Data Balanced Classification Model for Mobile Encrypted Traffic in Big Data Environment

Data Balanced Classification Model for Mobile Encrypted Traffic in Big Data Environment

Abstract:

With the widespread use of mobile technologies and the Internet, traffic in mobile networks is increasing. This situation has made the classification of traffic an important element for data security and network management. However, encryption of traffic in modern networks makes it difficult to classify traffic with traditional methods. In this study, a unique deep learning-based classification model is proposed for the classification of encrypted mobile traffic data.
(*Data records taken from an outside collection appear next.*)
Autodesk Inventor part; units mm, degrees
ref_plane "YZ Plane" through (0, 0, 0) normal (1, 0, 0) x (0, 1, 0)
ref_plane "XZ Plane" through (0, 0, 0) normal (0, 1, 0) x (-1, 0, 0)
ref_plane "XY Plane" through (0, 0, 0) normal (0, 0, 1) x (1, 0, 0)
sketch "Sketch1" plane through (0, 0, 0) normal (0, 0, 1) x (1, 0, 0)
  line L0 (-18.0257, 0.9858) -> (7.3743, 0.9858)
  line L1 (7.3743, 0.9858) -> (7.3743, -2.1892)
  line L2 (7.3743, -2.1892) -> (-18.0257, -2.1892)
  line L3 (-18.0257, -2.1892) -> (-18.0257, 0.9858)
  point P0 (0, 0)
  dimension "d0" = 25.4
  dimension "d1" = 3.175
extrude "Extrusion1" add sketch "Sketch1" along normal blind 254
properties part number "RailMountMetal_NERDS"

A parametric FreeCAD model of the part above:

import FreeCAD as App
import Part
import Sketcher
from FreeCAD import Vector
Q = App.Units.Quantity

doc = App.newDocument("Part")
body = doc.addObject("PartDesign::Body", "Body")

# Sketch on XY plane
sketch1 = body.newObject("Sketcher::SketchObject", "Sketch")
sketch1.AttachmentSupport = (doc.getObject("XY_Plane"), [""])
sketch1.MapMode = "FlatFace"
sketch1.addGeometry([
    Part.LineSegment(Vector(7.4, 1, 0), Vector(-18, 1, 0)),
    Part.LineSegment(Vector(-18, 1, 0), Vector(-18, -2.2, 0)),
    Part.LineSegment(Vector(-18, -2.2, 0), Vector(7.4, -2.2, 0)),
    Part.LineSegment(Vector(7.4, -2.2, 0), Vector(7.4, 1, 0)),
], False)
sketch1.addConstraint([
    Sketcher.Constraint("Coincident", 0, 2, 1, 1),
    Sketcher.Constraint("Coincident", 1, 2, 2, 1),
    Sketcher.Constraint("Coincident", 2, 2, 3, 1),
    Sketcher.Constraint("Coincident", 3, 2, 0, 1),
    Sketcher.Constraint("Horizontal", 0),
    Sketcher.Constraint("Vertical", 1),
    Sketcher.Constraint("Horizontal", 2),
    Sketcher.Constraint("Vertical", 3),
    Sketcher.Constraint("DistanceX", 0, 2, 0, 1, Q("1 in")),
    Sketcher.Constraint("DistanceY", 1, 2, 1, 1, Q("0.125 in")),
    Sketcher.Constraint("DistanceY", -1, 1, 0, 2, Q("0.0388 in")),
    Sketcher.Constraint("DistanceX", 0, 2, -1, 1, Q("18.0257 mm")),
])
pad1 = body.newObject("PartDesign::Pad", "Pad")
pad1.Profile = sketch1
pad1.Length = Q("10 in")

doc.recompute()
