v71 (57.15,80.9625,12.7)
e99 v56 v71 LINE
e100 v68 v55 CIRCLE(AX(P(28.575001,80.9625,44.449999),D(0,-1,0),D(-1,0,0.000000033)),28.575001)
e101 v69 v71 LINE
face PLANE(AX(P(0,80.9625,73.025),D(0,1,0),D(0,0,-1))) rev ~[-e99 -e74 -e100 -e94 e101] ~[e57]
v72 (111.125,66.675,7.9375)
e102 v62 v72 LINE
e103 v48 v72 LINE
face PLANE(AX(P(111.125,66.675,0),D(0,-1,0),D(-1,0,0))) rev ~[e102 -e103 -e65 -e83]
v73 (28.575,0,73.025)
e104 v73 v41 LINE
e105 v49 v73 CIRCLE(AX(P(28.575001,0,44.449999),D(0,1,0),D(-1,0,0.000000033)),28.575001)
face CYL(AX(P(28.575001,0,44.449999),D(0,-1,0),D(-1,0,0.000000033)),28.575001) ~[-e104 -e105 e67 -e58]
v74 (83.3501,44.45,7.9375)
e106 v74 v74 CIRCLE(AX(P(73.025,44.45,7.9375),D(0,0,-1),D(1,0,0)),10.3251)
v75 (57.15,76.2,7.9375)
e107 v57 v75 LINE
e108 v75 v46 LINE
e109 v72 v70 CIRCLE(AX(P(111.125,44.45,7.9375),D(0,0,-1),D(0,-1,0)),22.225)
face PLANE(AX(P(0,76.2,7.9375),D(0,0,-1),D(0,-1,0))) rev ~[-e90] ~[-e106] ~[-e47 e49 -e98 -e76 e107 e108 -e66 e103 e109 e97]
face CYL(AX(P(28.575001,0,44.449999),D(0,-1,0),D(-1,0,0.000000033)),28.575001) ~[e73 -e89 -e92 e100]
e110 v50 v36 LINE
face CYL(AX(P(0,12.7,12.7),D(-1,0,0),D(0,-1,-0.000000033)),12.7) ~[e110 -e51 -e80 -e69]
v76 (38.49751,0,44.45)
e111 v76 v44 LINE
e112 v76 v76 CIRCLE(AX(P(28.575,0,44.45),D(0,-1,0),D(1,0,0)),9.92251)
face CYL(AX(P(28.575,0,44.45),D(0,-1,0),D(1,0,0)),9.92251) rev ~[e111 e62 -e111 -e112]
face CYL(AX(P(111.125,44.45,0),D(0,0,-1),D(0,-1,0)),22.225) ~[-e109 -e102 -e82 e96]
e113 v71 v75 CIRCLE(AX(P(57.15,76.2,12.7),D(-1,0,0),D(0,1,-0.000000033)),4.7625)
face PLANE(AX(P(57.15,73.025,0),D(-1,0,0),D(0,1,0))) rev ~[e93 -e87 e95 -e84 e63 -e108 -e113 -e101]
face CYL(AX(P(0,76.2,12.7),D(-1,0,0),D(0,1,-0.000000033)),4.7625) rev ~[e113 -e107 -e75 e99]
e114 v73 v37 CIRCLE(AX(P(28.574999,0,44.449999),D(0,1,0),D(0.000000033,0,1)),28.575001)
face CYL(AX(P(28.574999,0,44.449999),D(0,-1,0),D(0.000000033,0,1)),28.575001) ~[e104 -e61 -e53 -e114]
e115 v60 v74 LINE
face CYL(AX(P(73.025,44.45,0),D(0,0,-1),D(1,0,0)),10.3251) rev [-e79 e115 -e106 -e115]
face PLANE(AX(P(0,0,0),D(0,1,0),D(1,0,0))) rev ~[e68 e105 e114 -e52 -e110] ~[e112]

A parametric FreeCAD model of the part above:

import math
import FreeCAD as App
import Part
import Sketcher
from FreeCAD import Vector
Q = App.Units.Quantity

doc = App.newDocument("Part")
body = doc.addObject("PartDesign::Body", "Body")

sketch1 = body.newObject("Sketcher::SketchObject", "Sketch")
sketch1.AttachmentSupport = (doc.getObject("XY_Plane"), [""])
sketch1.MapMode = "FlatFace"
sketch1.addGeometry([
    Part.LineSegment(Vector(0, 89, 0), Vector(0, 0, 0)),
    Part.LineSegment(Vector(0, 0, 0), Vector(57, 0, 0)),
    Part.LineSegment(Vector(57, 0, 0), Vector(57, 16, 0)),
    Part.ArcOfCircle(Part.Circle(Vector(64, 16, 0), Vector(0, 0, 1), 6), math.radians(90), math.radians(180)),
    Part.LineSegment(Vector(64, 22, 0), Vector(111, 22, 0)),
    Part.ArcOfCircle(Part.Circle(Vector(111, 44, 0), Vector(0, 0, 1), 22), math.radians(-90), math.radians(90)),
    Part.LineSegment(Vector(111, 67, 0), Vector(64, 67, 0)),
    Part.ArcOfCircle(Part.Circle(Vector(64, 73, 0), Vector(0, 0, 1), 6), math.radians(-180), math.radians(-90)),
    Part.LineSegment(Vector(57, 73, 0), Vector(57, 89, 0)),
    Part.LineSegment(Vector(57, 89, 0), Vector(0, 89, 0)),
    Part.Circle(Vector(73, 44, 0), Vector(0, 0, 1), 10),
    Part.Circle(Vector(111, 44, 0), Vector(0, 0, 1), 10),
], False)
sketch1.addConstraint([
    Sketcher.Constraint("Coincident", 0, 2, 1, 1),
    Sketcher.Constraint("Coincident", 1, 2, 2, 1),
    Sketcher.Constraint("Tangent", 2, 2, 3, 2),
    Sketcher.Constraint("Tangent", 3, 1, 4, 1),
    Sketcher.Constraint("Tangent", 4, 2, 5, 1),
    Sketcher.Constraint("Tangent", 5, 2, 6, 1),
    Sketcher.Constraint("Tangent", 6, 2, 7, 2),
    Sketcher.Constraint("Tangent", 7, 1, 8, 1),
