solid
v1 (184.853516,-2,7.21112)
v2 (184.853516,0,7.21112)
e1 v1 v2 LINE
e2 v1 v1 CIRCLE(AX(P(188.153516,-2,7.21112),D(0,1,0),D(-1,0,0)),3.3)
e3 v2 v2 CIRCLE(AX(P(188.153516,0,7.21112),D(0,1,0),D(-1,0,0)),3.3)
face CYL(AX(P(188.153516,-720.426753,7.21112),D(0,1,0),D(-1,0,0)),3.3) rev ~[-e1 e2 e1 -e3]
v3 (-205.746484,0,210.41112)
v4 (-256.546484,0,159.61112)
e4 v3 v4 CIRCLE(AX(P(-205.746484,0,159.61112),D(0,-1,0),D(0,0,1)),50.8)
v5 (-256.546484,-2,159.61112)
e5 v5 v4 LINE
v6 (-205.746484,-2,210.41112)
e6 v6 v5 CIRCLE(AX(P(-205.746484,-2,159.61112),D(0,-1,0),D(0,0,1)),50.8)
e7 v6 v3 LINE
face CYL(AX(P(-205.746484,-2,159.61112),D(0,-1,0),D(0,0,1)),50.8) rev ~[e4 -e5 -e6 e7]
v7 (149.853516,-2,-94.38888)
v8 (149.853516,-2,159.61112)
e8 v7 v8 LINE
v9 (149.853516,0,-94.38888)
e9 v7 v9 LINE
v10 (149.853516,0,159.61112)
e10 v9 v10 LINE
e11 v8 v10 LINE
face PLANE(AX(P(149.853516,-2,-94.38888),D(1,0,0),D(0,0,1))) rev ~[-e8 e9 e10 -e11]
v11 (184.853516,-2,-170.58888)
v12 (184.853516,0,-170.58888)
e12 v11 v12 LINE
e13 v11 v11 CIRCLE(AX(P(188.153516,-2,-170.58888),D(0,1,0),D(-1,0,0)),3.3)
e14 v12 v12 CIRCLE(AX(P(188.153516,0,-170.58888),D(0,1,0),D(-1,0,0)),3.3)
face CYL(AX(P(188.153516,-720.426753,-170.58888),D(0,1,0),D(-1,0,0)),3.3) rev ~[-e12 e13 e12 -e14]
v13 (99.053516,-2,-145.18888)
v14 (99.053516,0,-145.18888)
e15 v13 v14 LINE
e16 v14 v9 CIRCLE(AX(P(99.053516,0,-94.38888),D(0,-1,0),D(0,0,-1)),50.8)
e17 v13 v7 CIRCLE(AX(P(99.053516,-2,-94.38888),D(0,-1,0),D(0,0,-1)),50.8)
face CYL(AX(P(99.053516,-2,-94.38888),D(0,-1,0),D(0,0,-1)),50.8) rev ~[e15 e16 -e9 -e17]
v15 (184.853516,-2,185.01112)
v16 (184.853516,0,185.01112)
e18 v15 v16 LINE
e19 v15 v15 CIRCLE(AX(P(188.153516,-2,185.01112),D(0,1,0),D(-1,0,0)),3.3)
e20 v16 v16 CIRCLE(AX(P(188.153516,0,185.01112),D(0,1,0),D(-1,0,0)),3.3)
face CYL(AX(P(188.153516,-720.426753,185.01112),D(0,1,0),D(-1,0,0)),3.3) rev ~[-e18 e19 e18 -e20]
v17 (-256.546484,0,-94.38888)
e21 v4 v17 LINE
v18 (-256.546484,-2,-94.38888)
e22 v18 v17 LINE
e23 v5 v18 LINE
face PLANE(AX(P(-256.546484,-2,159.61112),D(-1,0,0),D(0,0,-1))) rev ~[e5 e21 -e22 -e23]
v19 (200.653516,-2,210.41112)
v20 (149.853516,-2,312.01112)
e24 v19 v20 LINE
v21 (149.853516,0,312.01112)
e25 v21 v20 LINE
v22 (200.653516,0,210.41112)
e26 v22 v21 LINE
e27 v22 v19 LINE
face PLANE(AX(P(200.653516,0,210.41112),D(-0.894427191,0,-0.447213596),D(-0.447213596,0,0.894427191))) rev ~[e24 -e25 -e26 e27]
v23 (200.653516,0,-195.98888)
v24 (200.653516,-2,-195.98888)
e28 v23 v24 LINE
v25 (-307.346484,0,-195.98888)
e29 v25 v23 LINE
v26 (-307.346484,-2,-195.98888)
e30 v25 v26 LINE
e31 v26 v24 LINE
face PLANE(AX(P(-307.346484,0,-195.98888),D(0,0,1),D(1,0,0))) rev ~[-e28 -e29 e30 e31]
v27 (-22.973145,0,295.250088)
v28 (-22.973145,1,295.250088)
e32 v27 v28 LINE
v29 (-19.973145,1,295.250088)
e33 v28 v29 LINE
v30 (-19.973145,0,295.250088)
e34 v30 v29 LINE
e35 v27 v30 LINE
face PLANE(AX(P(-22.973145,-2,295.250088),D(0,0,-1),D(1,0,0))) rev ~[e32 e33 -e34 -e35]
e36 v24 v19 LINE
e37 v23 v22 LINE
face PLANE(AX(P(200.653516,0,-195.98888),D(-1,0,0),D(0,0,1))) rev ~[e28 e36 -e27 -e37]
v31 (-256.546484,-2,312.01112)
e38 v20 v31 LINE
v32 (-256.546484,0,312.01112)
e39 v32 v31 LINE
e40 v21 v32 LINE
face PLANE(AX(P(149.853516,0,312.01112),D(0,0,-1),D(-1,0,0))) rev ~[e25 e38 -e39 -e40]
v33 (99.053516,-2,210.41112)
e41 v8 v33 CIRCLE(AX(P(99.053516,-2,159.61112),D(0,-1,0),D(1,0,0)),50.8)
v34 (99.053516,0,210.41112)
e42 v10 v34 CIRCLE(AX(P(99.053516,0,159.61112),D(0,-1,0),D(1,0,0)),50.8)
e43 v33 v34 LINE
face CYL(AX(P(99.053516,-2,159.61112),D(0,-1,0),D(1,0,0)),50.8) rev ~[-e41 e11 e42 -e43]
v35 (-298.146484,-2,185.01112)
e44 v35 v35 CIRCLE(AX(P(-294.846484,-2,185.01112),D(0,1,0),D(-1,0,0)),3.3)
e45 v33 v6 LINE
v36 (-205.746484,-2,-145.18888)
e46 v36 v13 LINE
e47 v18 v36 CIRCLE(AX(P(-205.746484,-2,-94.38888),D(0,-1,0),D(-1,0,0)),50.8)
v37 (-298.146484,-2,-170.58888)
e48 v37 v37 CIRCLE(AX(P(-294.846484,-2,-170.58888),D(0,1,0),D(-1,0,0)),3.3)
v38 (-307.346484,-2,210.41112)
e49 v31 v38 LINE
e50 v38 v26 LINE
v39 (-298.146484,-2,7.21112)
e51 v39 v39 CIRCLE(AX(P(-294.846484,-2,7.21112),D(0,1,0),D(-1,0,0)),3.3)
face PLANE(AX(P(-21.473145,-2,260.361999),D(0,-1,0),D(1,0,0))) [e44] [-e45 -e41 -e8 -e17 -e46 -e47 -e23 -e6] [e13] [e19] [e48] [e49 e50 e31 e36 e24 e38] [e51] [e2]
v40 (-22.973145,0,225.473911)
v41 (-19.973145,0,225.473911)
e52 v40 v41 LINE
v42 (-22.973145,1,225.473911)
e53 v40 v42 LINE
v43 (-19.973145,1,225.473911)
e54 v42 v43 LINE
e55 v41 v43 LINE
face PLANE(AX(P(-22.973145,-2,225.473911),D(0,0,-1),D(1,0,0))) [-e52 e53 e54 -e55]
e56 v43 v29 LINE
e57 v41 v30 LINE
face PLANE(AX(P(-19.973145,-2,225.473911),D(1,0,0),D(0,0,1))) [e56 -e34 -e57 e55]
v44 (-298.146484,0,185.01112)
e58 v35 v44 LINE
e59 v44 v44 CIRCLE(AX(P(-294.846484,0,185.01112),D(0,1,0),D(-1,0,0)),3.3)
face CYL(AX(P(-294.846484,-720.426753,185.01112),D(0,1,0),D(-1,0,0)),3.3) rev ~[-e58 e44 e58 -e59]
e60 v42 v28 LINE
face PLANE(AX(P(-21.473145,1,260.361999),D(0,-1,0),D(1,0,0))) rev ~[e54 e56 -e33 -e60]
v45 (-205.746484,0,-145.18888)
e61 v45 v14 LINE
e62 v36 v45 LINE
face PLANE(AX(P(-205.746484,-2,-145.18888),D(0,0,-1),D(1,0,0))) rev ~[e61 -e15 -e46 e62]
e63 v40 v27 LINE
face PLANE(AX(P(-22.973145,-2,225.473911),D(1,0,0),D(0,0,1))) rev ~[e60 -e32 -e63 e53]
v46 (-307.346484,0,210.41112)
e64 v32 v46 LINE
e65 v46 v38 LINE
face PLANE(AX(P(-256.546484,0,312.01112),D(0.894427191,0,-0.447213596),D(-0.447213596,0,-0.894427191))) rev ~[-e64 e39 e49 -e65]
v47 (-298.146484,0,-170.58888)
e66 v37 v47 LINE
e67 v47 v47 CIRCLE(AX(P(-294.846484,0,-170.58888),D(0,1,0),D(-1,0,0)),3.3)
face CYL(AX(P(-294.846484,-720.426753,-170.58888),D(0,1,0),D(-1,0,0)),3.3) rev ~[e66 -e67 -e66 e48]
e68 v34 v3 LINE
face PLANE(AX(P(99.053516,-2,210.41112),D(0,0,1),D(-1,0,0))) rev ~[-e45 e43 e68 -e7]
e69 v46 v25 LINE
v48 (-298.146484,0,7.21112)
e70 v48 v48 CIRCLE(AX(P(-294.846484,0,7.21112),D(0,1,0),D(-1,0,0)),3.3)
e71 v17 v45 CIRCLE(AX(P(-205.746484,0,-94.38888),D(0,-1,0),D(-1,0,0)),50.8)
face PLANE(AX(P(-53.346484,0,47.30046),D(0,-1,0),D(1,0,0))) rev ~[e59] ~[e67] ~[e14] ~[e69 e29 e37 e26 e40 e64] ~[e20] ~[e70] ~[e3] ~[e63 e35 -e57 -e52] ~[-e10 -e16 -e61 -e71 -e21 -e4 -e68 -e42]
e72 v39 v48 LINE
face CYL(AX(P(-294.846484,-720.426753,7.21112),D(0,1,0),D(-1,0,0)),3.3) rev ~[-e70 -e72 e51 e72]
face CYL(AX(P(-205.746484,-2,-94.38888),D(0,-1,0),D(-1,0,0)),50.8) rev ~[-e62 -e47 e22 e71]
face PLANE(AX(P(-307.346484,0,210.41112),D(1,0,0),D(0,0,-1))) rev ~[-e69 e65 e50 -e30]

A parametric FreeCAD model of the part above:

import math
import FreeCAD as App
import Part
import Sketcher

V = App.Vector
Q = App.Units.Quantity


def add_polygon(sketch, points):
    """Adds a closed chain of lines whose ends are joined by coincident constraints."""
    first, n = sketch.GeometryCount, len(points)
    for a, b in zip(points, points[1:] + points[:1]):
        sketch.addGeometry(Part.LineSegment(App.Vector(*a, 0), App.Vector(*b, 0)), False)
    for i in range(n):
        sketch.addConstraint(Sketcher.Constraint("Coincident", first + i, 2, first + (i + 1) % n, 1))

doc = App.newDocument("Part")
params = doc.addObject("Spreadsheet::Sheet", "Params")
for row, (alias, value) in enumerate([
    ("sketch1_width", "20 in"),
    ("sketch1_width2", "16 in"),
    ("pad1_length", "2 mm"),
    ("sketch2_radius", "2 in"),
    ("sketch2_width", "12 in"),
    ("sketch2_height", "10 in"),
    ("pad2_length", "3 mm"),
    ("hole_diameter", "6.6 mm"),
], start=1):
    params.set(f"A{row}", alias)
    params.set(f"B{row}", "=" + value)
    params.setAlias(f"B{row}", alias)

body = doc.addObject("PartDesign::Body", "Body")

sketch1 = body.newObject("Sketcher::SketchObject", "Sketch")
sketch1.AttachmentSupport = (doc.getObject("XZ_Plane"), [""])
sketch1.MapMode = "FlatFace"
add_polygon(sketch1, [(-307, 210), (-307, -196), (201, -196), (201, 210), (150, 312), (-257, 312)])
sketch1.addConstraint(Sketcher.Constraint("Vertical", 0))
sketch1.addConstraint(Sketcher.Constraint("Horizontal", 1))
sketch1.addConstraint(Sketcher.Constraint("Vertical", 2))
sketch1.addConstraint(Sketcher.Constraint("Horizontal", 4))
sketch1.addConstraint(Sketcher.Constraint("Horizontal", 2, 2, 5, 2))
sketch1.addConstraint(Sketcher.Constraint("Equal", 4, 0))
sketch1.addConstraint(Sketcher.Constraint("Equal", 3, 5))
sketch1.addConstraint(Sketcher.Constraint("DistanceX", 1, 1, 1, 2, Q("20 in")))
sketch1.addConstraint(Sketcher.Constraint("DistanceX", 4, 2, 4, 1, Q("16 in")))
sketch1.addConstraint(Sketcher.Constraint("DistanceY", 2, 2, 3, 2, Q("4 in")))
sketch1.addConstraint(Sketcher.Constraint("DistanceY", 0, 2, -1, 1, Q("195.98888 mm")))
sketch1.addConstraint(Sketcher.Constraint("DistanceX", 0, 2, -1, 1, Q("307.346484 mm")))
sketch1.setExpression("Constraints[13]", "Params.sketch1_width")
sketch1.setExpression("Constraints[14]", "Params.sketch1_width2")
pad1 = body.newObject("PartDesign::Pad", "Pad")
pad1.Profile = sketch1
pad1.setExpression("Length", "Params.pad1_length")

sketch2 = body.newObject("Sketcher::SketchObject", "Sketch001")
sketch2.AttachmentSupport = (doc.getObject("XZ_Plane"), [""])
sketch2.MapMode = "FlatFace"
sketch2.AttachmentOffset = App.Placement(V(0, 0, 2), App.Rotation())
sketch2.addGeometry(Part.LineSegment(V(99, 210, 0), V(-206, 210, 0)), False)
sketch2.addGeometry(Part.ArcOfCircle(Part.Circle(V(-206, 160, 0), V(0, 0, 1), 51), math.radians(90), math.radians(180)), False)
sketch2.addGeometry(Part.LineSegment(V(-257, 160, 0), V(-257, -94, 0)), False)
sketch2.addGeometry(Part.ArcOfCircle(Part.Circle(V(-206, -94, 0), V(0, 0, 1), 51), math.radians(180), math.radians(270)), False)
sketch2.addGeometry(Part.LineSegment(V(-206, -145, 0), V(99, -145, 0)), False)
sketch2.addGeometry(Part.ArcOfCircle(Part.Circle(V(99, -94, 0), V(0, 0, 1), 51), math.radians(-90), math.radians(0)), False)
sketch2.addGeometry(Part.LineSegment(V(150, -94, 0), V(150, 160, 0)), False)
sketch2.addGeometry(Part.ArcOfCircle(Part.Circle(V(99, 160, 0), V(0, 0, 1), 51), math.radians(0), math.radians(90)), False)
sketch2.addConstraint(Sketcher.Constraint("Tangent", 0, 2, 1, 1))
sketch2.addConstraint(Sketcher.Constraint("Tangent", 1, 2, 2, 1))
sketch2.addConstraint(Sketcher.Constraint("Tangent", 2, 2, 3, 1))
sketch2.addConstraint(Sketcher.Constraint("Tangent", 3, 2, 4, 1))
sketch2.addConstraint(Sketcher.Constraint("Tangent", 4, 2, 5, 1))
sketch2.addConstraint(Sketcher.Constraint("Tangent", 5, 2, 6, 1))
sketch2.addConstraint(Sketcher.Constraint("Tangent", 6, 2, 7, 1))
sketch2.addConstraint(Sketcher.Constraint("Tangent", 7, 2, 0, 1))
sketch2.addConstraint(Sketcher.Constraint("Horizontal", 0))
sketch2.addConstraint(Sketcher.Constraint("Vertical", 2))
sketch2.addConstraint(Sketcher.Constraint("Horizontal", 4))
sketch2.addConstraint(Sketcher.Constraint("Vertical", 6))
sketch2.addConstraint(Sketcher.Constraint("Equal", 1, 3))
sketch2.addConstraint(Sketcher.Constraint("Equal", 3, 5))
sketch2.addConstraint(Sketcher.Constraint("Equal", 5, 7))
sketch2.addConstraint(Sketcher.Constraint("Radius", 1, Q("2 in")))
sketch2.addConstraint(Sketcher.Constraint("DistanceX", 0, 2, 0, 1, Q("12 in")))
sketch2.addConstraint(Sketcher.Constraint("DistanceY", 2, 2, 2, 1, Q("10 in")))
sketch2.addConstraint(Sketcher.Constraint("DistanceY", -1, 1, 1, 3, Q("159.61112 mm")))
sketch2.addConstraint(Sketcher.Constraint("DistanceX", 1, 3, -1, 1, Q("205.746484 mm")))
sketch2.setExpression("Constraints[15]", "Params.sketch2_radius")
sketch2.setExpression("Constraints[16]", "Params.sketch2_width")
sketch2.setExpression("Constraints[17]", "Params.sketch2_height")
pocket1 = body.newObject("PartDesign::Pocket", "Pocket")
pocket1.Profile = sketch2
pocket1.Type = "ThroughAll"

sketch3 = body.newObject("Sketcher::SketchObject", "Sketch002")
sketch3.AttachmentSupport = (doc.getObject("XZ_Plane"), [""])
sketch3.MapMode = "FlatFace"
sketch3.AttachmentOffset = App.Placement(V(0, 0, 2), App.Rotation())
add_polygon(sketch3, [(-23, 295.3), (-23, 225.5), (-20, 225.5), (-20, 295.3)])
sketch3.addConstraint(Sketcher.Constraint("Vertical", 0))
sketch3.addConstraint(Sketcher.Constraint("Horizontal", 1))
sketch3.addConstraint(Sketcher.Constraint("Vertical", 2))
sketch3.addConstraint(Sketcher.Constraint("Horizontal", 3))
sketch3.addConstraint(Sketcher.Constraint("DistanceX", 1, 1, 1, 2, Q("3 mm")))
sketch3.addConstraint(Sketcher.Constraint("DistanceY", 0, 2, 0, 1, Q("69.776177 mm")))
sketch3.addConstraint(Sketcher.Constraint("DistanceY", -1, 1, 0, 2, Q("225.473911 mm")))
sketch3.addConstraint(Sketcher.Constraint("DistanceX", 0, 2, -1, 1, Q("22.973145 mm")))
pad2 = body.newObject("PartDesign::Pad", "Pad001")
pad2.Profile = sketch3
The proposed model is a classification model called RFSE-GRU, which combines the Gated Recurrent Units (GRU) algorithm, feature selection and data balancing. The features that are more meaningful in the classification process are determined by selecting the features with the Random Forest algorithm. In addition, Synthetic Minority Oversampling Technique (SMOTE) oversampling algorithm and Edited Nearest Neighbor (ENN) undersampling algorithm were used together to reduce the negative impact of data imbalance on classification performance. The study was carried out on Apache Spark’s big data platform in the Google Colab environment. In the study, ISCX VPN-Non VPN and UTMobileNet2021 datasets were used. Binary and multiclass classifications were made for the ISCX VPN-Non VPN dataset, and multiclass classifications were made for the UTMobileNet2021 dataset by using various algorithms on the datasets. The proposed model has been compared with eleven different algorithms and hybrid methods. At the same time, the effect of data balancing and feature selection on classification performance is examined. As a result, the proposed model achieved 93.91%, 82.68% and 96.83% accuracy rates in ISCX VPN-Non VPN binary and multiclass, UTMobileNet2021 multiclass classifications, respectively.